Mind the Gap: Quantifying and Aligning Human-AI Visual Attention for Accident Anticipation
Abstract
Abstract Quantifying and understanding human-AI alignment in high-risk tasks such as traffic accident prediction is crucial for deployment of AI systems. Existing alignment studies, however, focus mostly on the static domain and neglect the importance of attentional processing. Here, we present Attention‑DADA, a dataset of accident and non-accident traffic situations that contains detailed human prediction and frame-level eye gaze annotations. Using this benchmark, we evaluate open- and closed-source, state‑of‑the‑art large vision-language-models (VLMs) in terms of their alignment in accident prediction performance and attentional processing in both zero-shot and attention-guided settings. Our results show that human prediction performance and consistency improve as the event time approaches.

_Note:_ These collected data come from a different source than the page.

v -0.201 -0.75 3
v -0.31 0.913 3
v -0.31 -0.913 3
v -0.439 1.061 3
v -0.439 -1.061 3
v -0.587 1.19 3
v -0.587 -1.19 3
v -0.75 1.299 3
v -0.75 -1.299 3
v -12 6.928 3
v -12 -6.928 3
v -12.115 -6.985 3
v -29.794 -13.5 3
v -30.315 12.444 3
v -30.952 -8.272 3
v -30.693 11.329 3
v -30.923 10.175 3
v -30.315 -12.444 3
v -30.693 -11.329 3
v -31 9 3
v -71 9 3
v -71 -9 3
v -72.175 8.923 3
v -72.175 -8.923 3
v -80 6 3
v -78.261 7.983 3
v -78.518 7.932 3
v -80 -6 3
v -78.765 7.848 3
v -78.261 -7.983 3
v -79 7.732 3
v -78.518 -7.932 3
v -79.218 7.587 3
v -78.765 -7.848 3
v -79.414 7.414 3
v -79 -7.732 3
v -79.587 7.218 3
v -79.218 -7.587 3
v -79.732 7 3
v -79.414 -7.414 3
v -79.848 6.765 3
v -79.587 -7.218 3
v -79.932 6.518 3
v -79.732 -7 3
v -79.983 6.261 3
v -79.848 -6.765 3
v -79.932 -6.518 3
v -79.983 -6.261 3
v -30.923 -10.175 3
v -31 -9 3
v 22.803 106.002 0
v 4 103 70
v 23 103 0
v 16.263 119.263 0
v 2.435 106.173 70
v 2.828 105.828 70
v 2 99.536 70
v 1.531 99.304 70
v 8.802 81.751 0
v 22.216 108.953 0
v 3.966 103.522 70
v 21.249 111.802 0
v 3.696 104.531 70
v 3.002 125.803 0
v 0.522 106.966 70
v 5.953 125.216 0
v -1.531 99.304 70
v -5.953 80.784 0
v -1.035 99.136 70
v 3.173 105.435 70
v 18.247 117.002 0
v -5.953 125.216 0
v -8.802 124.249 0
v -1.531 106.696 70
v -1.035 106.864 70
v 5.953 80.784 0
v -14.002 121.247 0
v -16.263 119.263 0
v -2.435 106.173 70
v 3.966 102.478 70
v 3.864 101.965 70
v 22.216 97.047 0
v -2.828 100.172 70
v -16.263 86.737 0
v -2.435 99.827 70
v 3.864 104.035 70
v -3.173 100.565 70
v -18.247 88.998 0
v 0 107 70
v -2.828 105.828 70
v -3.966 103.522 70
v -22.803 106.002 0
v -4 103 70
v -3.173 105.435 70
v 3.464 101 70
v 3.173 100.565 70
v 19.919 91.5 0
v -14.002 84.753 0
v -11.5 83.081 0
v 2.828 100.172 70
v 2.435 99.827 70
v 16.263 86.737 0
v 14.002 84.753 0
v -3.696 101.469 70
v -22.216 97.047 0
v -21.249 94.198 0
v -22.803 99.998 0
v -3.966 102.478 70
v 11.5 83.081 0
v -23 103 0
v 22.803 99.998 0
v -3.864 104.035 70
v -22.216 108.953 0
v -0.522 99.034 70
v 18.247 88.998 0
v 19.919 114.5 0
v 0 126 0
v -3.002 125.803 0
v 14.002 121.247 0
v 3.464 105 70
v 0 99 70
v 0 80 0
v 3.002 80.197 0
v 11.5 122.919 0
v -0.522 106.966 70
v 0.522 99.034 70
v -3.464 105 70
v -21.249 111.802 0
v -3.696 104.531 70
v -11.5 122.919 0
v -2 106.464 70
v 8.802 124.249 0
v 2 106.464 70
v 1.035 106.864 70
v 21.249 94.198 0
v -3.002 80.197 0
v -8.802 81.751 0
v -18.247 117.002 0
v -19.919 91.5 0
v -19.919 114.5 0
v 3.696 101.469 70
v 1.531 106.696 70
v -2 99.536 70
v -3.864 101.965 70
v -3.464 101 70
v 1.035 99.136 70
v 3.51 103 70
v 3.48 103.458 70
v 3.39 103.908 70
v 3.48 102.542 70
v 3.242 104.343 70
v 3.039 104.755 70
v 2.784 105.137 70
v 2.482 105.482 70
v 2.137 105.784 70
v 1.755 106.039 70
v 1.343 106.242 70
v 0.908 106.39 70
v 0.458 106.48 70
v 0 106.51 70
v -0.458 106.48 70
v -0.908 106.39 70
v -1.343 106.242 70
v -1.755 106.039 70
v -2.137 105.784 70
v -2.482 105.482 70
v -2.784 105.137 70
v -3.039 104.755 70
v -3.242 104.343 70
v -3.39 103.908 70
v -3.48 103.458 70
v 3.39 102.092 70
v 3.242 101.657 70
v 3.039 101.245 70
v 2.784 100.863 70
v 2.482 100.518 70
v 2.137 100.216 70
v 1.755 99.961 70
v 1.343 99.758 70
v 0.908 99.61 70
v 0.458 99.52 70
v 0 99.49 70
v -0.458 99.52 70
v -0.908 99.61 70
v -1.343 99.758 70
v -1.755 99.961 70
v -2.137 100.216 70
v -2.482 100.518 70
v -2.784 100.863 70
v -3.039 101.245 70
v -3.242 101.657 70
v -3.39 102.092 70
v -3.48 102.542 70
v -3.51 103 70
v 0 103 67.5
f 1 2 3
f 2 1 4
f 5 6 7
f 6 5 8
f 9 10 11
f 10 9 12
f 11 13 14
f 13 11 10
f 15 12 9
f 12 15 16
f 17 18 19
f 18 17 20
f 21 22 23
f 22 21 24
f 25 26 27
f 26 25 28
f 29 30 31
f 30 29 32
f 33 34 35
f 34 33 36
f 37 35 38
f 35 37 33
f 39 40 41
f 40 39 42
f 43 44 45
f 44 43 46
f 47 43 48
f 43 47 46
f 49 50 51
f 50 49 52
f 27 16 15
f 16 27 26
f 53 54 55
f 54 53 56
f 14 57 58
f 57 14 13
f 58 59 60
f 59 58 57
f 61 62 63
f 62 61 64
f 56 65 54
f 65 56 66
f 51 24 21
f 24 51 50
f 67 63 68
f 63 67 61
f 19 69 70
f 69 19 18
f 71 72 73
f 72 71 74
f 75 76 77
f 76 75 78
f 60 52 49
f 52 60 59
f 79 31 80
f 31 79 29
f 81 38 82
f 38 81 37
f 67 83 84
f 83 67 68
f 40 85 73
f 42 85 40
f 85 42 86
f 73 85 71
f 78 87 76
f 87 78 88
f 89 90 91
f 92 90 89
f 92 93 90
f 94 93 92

Similarly, human attentional patterns show dynamic updating throughout event progression. Conversely, while attention guidance improves VLM prediction performance, both performance and attentional alignment stay significantly below human levels as the event approaches, with the performance gap becoming significant 3.5 seconds (s) prior to the event. These results provide the first quantitative evidence of misalignment both in terms of performance and attentional processing during analysis of time-critical, dynamic events, highlighting the need for future improvements in this area.